» **WORK TASK**:
Within the entries below, find the portion that opens with the line containing "#46=ORIENTED_EDGE('',*,*,#45,.T.);" and closes with the line containing "#63=EDGE_LOOP('',(#62));". Retype that portion exactly and only.

[[ SOURCE RECORDS open ]]

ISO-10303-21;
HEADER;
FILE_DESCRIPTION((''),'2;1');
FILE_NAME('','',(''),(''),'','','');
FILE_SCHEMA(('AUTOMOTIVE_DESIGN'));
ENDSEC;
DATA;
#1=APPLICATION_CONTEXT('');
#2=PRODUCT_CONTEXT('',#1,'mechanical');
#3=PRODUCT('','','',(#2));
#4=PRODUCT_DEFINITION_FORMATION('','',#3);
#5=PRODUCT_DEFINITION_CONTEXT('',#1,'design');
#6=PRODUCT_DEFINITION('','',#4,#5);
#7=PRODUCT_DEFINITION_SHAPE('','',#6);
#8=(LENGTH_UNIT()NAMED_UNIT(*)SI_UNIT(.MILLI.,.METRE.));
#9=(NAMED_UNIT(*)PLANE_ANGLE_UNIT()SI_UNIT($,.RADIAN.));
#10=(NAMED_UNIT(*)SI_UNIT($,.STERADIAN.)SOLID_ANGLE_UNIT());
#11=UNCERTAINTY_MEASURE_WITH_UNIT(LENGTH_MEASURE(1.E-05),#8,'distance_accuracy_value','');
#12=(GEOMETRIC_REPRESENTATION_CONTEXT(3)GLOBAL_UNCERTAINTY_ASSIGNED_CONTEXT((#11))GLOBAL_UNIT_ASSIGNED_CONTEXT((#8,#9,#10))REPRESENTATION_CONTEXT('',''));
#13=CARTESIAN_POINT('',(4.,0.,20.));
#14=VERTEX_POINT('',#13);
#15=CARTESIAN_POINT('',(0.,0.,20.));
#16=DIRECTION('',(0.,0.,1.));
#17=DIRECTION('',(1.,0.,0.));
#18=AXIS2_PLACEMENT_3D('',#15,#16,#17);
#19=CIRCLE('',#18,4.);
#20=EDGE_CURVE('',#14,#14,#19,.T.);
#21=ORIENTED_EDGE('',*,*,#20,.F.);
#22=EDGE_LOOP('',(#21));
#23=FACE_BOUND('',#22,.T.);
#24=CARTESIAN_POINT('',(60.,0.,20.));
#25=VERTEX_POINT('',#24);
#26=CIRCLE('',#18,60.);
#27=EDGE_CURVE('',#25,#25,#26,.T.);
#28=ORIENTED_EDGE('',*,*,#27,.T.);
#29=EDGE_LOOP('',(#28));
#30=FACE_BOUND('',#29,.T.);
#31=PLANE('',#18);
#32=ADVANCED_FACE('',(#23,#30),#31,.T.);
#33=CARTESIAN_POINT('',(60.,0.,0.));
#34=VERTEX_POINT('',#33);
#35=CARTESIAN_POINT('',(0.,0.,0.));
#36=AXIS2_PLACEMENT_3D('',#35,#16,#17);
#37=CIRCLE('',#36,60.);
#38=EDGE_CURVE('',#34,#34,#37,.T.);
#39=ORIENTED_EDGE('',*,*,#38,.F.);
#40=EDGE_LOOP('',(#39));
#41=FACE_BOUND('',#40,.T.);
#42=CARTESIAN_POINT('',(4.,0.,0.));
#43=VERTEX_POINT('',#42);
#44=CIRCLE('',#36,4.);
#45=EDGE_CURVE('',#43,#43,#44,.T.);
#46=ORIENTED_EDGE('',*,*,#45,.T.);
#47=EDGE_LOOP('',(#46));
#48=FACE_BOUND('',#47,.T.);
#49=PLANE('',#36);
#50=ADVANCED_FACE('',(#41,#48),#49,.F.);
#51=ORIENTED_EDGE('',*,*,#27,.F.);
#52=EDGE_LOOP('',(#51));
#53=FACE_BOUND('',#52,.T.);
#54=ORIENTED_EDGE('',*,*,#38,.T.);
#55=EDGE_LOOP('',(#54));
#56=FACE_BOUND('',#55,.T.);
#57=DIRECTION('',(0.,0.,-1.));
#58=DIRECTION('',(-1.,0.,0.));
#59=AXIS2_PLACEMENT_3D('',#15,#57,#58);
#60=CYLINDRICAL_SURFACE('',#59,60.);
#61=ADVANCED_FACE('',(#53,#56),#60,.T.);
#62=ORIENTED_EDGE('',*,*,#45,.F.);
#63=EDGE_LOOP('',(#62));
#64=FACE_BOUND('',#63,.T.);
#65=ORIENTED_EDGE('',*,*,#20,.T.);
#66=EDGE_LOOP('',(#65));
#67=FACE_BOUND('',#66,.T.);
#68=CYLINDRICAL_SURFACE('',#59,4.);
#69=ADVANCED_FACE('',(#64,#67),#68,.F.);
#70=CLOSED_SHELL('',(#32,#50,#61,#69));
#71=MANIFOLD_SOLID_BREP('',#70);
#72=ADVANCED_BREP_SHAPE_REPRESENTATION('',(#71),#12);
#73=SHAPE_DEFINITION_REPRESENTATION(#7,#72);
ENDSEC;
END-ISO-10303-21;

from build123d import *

# Parameters (mm, degrees)
IZIM1_R                     = 60
IZIM1_R_2                   = 4
Y_KSEKLIK_EKSTR_ZYON1_DEPTH = 20


with BuildPart() as part:
    # Çizim1 → Yükseklik-Ekstrüzyon1 (new body)
    with BuildSketch(Plane.XY):
        Circle(IZIM1_R)
        Circle(IZIM1_R_2, mode=Mode.SUBTRACT)
    extrude(amount=Y_KSEKLIK_EKSTR_ZYON1_DEPTH)


solid = part.part
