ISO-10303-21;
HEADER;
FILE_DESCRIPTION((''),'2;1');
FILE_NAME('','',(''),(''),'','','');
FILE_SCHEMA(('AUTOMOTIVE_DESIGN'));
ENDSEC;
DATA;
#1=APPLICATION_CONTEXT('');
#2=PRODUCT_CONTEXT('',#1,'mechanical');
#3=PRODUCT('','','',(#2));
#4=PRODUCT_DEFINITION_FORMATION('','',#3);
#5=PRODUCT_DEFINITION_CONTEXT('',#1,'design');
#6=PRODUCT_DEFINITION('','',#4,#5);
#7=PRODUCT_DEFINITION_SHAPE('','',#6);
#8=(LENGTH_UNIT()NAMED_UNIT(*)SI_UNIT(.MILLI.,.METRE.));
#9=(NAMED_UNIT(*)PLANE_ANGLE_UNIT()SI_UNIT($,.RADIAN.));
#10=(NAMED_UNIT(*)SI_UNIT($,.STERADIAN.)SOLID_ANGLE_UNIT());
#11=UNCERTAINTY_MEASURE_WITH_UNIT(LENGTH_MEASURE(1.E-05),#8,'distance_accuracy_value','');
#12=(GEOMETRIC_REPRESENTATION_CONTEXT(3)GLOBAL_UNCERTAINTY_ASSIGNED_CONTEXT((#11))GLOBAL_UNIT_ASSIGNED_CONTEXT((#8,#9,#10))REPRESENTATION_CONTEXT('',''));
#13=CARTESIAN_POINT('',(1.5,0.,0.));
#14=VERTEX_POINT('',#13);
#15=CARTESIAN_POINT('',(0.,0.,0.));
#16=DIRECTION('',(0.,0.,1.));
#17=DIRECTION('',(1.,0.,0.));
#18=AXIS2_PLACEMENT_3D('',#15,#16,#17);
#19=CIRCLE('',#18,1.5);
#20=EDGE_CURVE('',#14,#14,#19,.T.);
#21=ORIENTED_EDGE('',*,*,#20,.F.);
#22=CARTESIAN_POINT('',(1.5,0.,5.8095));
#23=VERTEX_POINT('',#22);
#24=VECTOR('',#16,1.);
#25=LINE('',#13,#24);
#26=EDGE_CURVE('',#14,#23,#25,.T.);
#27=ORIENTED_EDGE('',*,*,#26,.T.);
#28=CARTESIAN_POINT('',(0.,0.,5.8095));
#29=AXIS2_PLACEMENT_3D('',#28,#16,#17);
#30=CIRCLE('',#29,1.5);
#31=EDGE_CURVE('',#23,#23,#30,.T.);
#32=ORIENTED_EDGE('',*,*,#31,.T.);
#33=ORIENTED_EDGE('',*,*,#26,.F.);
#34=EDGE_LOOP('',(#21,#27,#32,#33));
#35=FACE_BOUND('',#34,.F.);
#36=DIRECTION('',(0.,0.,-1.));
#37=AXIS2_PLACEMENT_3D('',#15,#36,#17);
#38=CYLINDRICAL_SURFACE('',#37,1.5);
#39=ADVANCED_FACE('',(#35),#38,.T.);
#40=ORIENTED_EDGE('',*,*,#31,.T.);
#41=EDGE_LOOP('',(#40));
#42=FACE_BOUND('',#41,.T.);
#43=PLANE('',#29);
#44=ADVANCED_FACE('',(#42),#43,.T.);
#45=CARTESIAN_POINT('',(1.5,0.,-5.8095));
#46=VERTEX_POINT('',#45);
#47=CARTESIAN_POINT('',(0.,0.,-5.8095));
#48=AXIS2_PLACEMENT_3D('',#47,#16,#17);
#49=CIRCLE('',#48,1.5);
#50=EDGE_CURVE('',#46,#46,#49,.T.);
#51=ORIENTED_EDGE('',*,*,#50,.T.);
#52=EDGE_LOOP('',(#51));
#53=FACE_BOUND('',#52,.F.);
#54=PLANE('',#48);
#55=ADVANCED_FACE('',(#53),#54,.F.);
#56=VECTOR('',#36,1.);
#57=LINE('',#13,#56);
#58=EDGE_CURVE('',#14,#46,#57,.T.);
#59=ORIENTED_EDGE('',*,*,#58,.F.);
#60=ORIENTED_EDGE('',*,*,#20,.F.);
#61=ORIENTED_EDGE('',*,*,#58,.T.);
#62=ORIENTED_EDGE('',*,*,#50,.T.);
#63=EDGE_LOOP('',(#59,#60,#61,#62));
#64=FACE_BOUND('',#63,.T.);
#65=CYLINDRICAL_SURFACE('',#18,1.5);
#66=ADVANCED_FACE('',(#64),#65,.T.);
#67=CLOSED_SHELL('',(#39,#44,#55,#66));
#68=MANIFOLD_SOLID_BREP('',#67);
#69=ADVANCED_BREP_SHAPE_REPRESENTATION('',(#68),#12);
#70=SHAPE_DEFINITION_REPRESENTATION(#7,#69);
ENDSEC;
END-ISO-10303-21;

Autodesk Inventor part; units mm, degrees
ref_plane "YZ Plane" through (0, 0, 0) normal (1, 0, 0) x (0, 1, 0)
ref_plane "XZ Plane" through (0, 0, 0) normal (0, 1, 0) x (-1, 0, 0)
ref_plane "XY Plane" through (0, 0, 0) normal (0, 0, 1) x (1, 0, 0)
sketch "Sketch1" plane through (0, 0, 0) normal (0, 0, 1) x (1, 0, 0)
  circle A0 centre (0, 0) radius 1.5
  dimension "d0" = 3
extrude "Extrusion1" add sketch "Sketch1" along normal mid plane 11.619
properties part number "TW1-003"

[[ SOURCE RECORDS closed ]]

» **ANSWER SPACE**:
#46=ORIENTED_EDGE('',*,*,#45,.T.);
#47=EDGE_LOOP('',(#46));
#48=FACE_BOUND('',#47,.T.);
#49=PLANE('',#36);
#50=ADVANCED_FACE('',(#41,#48),#49,.F.);
#51=ORIENTED_EDGE('',*,*,#27,.F.);
#52=EDGE_LOOP('',(#51));
#53=FACE_BOUND('',#52,.T.);
#54=ORIENTED_EDGE('',*,*,#38,.T.);
#55=EDGE_LOOP('',(#54));
#56=FACE_BOUND('',#55,.T.);
#57=DIRECTION('',(0.,0.,-1.));
#58=DIRECTION('',(-1.,0.,0.));
#59=AXIS2_PLACEMENT_3D('',#15,#57,#58);
#60=CYLINDRICAL_SURFACE('',#59,60.);
#61=ADVANCED_FACE('',(#53,#56),#60,.T.);
#62=ORIENTED_EDGE('',*,*,#45,.F.);
#63=EDGE_LOOP('',(#62));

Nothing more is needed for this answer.